Despite being a lifelong Democrat and personal friend of the Kennedy family, she was appointed social secretary to fellow Smith College alumna Nancy Reagan in 1981, serving the First Lady until 1985. She went on to sit on the boards of trustees of the Phillips Collection and the Eureka Foundation, and served as president of the Washington office of the public relations firm of Rogers & Cowan.

===Cabot era===
Cabot was widowed from her second husband, Brandon, in 1993. In 1997 she married Louis Wellington Cabot, chair of the America's Cup Foundation and of the Federal Reserve Bank of Boston, and a scion of the prominent Boston Cabot family.

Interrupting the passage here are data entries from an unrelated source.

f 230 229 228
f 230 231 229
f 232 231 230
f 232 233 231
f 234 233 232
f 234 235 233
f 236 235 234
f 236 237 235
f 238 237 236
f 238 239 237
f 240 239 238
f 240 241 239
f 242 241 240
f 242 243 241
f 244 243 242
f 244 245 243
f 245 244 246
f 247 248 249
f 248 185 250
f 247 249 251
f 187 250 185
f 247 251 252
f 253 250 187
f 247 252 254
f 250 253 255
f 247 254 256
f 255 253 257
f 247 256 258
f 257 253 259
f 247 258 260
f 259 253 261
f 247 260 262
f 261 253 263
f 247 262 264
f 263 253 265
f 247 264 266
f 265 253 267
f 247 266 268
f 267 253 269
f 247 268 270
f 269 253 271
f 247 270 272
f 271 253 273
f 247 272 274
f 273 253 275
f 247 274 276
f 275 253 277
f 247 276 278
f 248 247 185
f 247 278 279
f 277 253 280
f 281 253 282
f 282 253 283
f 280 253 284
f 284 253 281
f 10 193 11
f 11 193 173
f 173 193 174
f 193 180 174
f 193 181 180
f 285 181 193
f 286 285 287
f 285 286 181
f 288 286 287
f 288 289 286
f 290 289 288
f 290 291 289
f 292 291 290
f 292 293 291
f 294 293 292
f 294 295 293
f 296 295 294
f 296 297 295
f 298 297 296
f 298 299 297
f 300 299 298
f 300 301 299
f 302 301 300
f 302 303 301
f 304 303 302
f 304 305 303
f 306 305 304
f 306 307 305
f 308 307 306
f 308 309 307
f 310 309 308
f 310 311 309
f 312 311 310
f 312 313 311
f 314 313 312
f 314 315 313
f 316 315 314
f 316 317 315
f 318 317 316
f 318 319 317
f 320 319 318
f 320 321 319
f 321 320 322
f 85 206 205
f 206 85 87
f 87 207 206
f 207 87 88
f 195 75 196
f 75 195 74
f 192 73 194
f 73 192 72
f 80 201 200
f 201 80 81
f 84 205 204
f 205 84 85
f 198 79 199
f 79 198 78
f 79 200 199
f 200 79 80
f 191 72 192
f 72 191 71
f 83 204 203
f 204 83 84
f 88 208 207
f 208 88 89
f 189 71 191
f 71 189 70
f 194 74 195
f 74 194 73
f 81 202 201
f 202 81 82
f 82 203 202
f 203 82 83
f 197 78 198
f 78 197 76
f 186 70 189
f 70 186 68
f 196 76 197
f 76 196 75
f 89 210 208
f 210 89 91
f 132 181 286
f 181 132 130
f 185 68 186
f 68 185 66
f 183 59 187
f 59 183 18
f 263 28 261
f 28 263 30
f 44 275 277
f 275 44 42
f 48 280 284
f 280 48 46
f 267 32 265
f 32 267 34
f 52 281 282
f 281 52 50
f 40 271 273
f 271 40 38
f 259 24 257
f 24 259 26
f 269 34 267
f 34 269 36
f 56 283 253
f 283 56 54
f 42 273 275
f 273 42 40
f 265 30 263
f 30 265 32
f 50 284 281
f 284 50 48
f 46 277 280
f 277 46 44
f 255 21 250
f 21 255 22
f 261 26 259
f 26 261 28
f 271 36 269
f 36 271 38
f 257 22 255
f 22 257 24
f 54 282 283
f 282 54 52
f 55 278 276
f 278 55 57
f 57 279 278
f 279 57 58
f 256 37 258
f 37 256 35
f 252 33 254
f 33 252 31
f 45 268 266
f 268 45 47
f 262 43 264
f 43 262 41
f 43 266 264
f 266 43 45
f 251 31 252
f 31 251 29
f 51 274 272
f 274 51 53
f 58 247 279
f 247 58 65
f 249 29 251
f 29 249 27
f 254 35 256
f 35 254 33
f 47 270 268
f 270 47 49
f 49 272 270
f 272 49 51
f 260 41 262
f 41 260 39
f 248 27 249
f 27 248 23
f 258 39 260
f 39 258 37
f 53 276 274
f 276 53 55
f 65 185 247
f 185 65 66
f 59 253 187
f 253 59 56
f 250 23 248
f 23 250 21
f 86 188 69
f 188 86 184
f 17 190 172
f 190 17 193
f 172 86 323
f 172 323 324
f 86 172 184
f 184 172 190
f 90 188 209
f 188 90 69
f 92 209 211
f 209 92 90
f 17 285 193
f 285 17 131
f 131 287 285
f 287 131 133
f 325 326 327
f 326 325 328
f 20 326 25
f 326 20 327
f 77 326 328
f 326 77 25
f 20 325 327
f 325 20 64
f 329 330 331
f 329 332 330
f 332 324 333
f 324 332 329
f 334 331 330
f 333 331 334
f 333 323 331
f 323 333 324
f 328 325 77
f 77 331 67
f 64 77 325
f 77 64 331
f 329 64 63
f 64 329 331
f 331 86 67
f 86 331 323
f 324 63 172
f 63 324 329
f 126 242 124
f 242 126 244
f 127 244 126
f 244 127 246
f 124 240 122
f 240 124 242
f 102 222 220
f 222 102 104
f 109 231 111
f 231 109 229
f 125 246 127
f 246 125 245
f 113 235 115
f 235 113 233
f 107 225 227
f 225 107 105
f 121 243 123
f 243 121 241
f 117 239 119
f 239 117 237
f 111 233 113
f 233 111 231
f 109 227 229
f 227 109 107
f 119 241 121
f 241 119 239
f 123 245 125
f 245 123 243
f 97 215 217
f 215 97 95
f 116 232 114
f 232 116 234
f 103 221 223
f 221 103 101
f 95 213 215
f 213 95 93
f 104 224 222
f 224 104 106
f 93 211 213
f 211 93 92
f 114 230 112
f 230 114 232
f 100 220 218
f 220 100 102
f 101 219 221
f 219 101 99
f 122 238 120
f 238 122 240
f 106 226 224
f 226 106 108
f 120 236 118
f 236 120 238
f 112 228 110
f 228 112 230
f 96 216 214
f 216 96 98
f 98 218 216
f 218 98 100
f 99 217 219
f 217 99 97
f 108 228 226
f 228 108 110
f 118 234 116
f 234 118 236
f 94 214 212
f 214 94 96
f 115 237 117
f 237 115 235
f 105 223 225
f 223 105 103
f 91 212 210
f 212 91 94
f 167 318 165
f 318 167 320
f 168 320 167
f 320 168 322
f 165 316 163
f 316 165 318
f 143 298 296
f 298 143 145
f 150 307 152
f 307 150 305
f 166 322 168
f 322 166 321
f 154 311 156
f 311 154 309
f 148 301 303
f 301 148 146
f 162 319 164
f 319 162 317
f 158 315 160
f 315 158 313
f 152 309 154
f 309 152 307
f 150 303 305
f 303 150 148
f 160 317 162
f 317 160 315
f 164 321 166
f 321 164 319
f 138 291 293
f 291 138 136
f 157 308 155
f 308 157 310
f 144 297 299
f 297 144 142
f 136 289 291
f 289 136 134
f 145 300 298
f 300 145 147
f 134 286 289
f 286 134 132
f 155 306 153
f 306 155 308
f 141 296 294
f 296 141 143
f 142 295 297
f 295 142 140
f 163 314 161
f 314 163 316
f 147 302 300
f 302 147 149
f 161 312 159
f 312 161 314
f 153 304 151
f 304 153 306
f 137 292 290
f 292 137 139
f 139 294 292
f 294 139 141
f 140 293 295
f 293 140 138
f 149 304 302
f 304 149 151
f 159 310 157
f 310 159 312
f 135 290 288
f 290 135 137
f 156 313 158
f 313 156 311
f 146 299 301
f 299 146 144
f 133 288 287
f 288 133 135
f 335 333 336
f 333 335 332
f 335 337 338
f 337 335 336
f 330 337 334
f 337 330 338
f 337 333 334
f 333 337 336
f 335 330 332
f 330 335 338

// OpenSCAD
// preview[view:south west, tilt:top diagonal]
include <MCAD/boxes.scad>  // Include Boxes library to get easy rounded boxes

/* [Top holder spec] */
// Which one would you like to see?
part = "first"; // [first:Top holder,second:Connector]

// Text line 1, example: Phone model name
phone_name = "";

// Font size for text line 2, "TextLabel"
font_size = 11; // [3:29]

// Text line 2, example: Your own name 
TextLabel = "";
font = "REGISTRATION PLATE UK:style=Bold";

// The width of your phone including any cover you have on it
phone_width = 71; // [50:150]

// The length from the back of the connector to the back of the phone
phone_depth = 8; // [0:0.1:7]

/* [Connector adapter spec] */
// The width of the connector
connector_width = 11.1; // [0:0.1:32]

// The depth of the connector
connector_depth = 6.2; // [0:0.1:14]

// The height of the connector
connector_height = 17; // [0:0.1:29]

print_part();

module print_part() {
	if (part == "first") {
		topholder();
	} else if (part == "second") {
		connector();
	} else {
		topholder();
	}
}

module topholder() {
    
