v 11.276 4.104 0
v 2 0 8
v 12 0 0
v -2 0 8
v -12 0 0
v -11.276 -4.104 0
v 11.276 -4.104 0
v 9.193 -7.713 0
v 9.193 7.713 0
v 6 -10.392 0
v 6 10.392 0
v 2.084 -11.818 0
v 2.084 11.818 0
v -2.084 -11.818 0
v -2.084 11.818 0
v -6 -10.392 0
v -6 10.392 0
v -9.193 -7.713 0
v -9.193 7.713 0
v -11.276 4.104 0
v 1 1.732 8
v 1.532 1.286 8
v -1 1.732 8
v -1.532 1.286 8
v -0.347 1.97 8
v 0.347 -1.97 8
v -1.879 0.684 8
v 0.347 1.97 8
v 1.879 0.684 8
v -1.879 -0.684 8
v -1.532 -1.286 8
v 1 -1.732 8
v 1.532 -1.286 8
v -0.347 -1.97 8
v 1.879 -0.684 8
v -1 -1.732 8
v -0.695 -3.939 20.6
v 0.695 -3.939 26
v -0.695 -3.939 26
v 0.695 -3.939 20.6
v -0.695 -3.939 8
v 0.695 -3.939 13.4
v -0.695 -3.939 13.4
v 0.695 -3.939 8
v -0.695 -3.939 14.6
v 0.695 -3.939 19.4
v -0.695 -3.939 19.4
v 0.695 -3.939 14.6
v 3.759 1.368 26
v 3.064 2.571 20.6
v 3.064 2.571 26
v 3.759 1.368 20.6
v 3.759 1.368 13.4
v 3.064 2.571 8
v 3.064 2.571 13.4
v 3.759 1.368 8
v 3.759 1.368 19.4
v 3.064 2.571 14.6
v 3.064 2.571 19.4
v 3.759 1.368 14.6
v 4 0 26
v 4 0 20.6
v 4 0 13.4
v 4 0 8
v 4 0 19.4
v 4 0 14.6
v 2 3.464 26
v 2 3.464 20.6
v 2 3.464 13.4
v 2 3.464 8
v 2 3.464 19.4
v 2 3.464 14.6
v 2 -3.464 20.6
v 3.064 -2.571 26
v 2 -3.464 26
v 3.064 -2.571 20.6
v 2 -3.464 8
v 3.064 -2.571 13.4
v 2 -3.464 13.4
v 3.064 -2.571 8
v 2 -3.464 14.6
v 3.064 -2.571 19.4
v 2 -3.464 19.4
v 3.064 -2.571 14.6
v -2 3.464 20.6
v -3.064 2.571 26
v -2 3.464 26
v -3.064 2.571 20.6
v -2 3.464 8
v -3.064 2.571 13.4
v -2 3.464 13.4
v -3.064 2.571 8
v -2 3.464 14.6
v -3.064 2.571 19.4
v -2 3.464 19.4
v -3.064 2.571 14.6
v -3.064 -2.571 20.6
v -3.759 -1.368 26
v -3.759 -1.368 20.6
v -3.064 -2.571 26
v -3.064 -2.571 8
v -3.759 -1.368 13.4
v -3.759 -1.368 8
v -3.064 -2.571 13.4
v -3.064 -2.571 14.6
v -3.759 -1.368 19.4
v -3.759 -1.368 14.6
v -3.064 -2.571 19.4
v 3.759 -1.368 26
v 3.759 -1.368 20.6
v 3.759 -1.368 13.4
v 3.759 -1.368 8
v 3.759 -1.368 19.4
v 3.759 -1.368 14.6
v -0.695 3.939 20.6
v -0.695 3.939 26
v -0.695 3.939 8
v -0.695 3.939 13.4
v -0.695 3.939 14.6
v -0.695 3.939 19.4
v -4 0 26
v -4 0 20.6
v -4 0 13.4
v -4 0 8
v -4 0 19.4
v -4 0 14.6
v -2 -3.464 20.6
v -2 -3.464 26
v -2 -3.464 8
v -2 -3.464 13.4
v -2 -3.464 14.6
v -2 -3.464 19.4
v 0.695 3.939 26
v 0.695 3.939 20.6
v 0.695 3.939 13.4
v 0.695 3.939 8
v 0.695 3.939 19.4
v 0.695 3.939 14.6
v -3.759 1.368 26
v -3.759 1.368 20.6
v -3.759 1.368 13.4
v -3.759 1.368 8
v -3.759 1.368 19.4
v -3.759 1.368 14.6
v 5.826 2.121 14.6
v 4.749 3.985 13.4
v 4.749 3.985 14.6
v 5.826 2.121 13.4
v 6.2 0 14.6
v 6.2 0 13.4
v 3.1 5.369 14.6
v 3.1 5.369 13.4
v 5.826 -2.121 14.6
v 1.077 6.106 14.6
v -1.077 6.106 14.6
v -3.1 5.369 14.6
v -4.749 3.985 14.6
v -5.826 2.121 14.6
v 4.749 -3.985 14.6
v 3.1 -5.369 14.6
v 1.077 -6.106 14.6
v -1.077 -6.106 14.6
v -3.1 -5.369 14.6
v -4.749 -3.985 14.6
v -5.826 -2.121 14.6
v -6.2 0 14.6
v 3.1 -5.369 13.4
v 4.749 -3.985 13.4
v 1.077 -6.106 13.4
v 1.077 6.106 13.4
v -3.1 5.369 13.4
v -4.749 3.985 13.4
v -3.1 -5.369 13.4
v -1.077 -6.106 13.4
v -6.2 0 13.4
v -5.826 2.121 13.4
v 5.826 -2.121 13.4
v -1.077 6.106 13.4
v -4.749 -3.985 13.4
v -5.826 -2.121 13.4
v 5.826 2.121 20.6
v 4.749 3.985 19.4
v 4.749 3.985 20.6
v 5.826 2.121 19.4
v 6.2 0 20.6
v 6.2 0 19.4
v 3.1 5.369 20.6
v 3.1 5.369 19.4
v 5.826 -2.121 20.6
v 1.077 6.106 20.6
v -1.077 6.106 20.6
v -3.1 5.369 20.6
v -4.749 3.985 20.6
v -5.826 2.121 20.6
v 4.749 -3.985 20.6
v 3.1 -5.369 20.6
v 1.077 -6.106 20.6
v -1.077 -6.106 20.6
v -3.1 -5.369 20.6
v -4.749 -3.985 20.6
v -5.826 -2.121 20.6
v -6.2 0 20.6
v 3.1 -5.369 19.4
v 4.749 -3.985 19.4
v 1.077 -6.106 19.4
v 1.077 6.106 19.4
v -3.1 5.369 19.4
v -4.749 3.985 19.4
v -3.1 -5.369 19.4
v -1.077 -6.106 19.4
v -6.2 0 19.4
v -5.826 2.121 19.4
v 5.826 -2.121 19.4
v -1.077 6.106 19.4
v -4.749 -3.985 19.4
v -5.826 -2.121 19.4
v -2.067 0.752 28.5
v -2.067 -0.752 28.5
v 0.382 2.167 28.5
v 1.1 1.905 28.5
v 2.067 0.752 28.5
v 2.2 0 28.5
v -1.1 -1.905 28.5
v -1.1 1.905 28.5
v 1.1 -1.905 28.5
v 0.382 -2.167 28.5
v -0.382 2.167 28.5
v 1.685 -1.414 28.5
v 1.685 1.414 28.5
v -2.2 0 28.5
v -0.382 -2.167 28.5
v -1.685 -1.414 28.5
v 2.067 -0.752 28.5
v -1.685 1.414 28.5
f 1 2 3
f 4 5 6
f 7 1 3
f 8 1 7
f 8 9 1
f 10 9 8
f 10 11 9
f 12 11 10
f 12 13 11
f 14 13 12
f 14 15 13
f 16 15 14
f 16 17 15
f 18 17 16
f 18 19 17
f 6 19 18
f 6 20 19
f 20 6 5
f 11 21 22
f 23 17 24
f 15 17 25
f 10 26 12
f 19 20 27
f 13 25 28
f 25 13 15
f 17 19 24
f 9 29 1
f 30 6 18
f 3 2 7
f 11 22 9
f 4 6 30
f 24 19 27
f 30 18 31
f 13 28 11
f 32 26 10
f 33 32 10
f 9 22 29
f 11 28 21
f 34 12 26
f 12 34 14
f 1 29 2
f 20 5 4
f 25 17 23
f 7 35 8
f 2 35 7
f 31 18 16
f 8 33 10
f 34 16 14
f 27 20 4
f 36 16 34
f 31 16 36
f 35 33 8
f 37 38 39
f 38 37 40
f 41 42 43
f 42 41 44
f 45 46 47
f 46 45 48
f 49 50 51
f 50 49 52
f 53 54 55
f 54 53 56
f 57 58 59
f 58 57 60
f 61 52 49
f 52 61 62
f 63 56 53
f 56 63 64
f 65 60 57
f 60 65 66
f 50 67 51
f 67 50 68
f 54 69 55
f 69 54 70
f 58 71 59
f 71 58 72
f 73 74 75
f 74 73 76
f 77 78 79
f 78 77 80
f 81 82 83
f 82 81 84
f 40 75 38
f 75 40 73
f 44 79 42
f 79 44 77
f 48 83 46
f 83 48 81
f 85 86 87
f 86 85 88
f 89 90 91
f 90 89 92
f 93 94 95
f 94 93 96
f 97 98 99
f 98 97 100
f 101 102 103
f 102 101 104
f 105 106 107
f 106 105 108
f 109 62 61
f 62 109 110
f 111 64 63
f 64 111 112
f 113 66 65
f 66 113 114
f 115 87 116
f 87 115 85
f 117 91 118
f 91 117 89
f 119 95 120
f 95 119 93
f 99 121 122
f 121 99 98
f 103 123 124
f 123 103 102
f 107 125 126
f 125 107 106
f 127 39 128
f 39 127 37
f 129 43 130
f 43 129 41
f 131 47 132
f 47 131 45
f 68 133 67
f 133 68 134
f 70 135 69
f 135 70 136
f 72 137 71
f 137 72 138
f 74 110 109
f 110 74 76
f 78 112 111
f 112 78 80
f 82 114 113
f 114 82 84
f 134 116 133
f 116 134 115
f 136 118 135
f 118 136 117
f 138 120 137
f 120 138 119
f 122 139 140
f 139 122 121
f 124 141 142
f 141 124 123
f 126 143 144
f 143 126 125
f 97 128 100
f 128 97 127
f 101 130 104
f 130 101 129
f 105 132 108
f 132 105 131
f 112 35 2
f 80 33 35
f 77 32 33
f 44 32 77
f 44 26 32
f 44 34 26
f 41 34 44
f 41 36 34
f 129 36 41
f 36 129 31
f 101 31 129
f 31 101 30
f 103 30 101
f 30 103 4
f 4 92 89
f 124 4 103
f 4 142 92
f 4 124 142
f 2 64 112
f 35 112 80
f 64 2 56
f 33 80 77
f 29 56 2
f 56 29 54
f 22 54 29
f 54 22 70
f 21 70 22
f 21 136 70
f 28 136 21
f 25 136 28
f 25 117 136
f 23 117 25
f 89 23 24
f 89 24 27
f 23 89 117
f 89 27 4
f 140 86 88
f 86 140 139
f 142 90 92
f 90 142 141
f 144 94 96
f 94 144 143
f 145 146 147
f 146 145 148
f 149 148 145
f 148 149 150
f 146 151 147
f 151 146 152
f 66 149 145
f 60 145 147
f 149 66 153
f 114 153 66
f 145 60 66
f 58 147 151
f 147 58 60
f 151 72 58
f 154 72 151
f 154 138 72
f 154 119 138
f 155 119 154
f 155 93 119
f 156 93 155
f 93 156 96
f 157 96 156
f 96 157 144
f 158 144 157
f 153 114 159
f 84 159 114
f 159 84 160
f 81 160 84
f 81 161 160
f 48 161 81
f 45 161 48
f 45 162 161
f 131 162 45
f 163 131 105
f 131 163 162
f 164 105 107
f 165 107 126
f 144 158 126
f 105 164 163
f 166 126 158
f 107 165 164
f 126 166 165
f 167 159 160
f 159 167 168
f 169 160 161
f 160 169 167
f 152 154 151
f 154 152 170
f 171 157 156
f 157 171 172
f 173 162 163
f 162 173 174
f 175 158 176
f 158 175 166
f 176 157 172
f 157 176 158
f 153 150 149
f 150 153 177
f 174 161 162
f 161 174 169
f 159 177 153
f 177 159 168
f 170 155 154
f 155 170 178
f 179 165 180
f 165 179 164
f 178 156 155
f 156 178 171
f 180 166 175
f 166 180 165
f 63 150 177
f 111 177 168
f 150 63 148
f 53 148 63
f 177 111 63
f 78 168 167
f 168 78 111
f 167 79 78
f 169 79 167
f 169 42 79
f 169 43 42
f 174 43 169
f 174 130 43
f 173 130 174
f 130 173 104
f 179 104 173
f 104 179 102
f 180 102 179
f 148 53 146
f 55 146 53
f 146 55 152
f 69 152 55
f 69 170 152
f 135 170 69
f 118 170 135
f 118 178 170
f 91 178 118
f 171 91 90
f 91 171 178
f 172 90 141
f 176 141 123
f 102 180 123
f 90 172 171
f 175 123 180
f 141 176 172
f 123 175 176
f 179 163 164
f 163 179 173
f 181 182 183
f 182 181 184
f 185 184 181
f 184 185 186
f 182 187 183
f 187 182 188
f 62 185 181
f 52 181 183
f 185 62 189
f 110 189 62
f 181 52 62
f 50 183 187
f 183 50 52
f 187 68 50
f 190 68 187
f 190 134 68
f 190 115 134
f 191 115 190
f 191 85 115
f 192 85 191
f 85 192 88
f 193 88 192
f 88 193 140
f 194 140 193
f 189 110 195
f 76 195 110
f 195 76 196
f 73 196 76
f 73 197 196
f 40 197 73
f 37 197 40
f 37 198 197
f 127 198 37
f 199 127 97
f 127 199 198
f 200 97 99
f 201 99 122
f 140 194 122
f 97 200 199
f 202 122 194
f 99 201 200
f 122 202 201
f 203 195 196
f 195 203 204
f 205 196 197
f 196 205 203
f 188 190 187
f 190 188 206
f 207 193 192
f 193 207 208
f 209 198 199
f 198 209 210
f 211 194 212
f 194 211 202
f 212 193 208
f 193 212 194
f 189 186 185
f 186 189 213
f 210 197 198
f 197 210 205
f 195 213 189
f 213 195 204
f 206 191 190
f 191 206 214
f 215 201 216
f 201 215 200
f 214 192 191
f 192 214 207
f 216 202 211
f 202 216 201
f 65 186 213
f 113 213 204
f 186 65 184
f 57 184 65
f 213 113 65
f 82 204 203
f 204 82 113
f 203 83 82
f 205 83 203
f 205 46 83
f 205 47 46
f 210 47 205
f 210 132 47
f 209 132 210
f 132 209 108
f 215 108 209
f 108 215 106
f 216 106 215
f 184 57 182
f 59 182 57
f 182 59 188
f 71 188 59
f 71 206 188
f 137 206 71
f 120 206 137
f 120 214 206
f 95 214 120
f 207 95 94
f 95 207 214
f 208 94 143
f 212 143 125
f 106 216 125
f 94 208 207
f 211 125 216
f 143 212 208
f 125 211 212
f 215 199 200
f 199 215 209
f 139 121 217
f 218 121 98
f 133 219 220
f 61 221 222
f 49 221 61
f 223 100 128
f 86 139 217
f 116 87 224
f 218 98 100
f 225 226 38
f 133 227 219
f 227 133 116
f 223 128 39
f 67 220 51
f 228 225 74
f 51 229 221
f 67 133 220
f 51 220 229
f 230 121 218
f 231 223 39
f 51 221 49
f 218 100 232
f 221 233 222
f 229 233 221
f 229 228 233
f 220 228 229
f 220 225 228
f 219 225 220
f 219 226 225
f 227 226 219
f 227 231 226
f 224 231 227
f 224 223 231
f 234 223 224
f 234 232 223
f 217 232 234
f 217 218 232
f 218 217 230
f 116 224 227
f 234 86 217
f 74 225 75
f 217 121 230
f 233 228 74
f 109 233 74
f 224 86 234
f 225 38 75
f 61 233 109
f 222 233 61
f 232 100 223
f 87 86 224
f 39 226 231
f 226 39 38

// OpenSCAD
$fn=18;

head_h = 8;
head_r_base = 12;
head_r_top = 2;

shank_h = 18;
shank_r = 4;

rib_th = 1.2;
rib_r = 6.2;
rib_z1 = 6;
rib_z2 = 12;

tip_h = 2.5;
tip_r = 2.2;

module frustum(h, r1, r2) {
    cylinder(h=h, r1=r1, r2=r2, center=false);
}

module rib(zpos) {
    translate([0,0,zpos - rib_th/2])
        cylinder(h=rib_th, r=rib_r, center=false);
}

module shank() {
    union() {
        cylinder(h=shank_h, r=shank_r, center=false);
        rib(rib_z1);
        rib(rib_z2);
        translate([0,0,shank_h])
            frustum(tip_h, shank_r, tip_r);
    }
}

module head() {
    union() {
        frustum(head_h, head_r_base, head_r_top);
        translate([0,0,head_h])
            sphere(r=head_r_top);
    }
}

union() {
    translate([0,0,0]) head();
    translate([0,0,head_h]) shank();
}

In 2003, the Aperture Foundation published Muffie Cabot's Vanished Kingdoms: A Woman Explorer in Tibet, China, and Mongolia, 1921-1925, an account of her mother's travels in early 20th-century Asia. Her early work on the book was encouraged by long-time friend Jacqueline Kennedy Onassis who read a first draft prior to her death.

==Personal life==
Describing her mother's preferences, Ali Wentworth has explained that Cabot "will choose a bath over a shower, a play over a movie, and the ocean over a pool." She has said that Cabot's normal response to any stress in life is to check into the Four Seasons Hotel; a few minutes after the September 11 attacks Cabot called Ali Wentworth, then living in New York, and recommended she immediately book a suite at the hotel.

In addition to Ali Wentworth, Cabot's other children from her marriage to Eric Wentworth included a son and another daughter. With Henry Brandon she also had a daughter.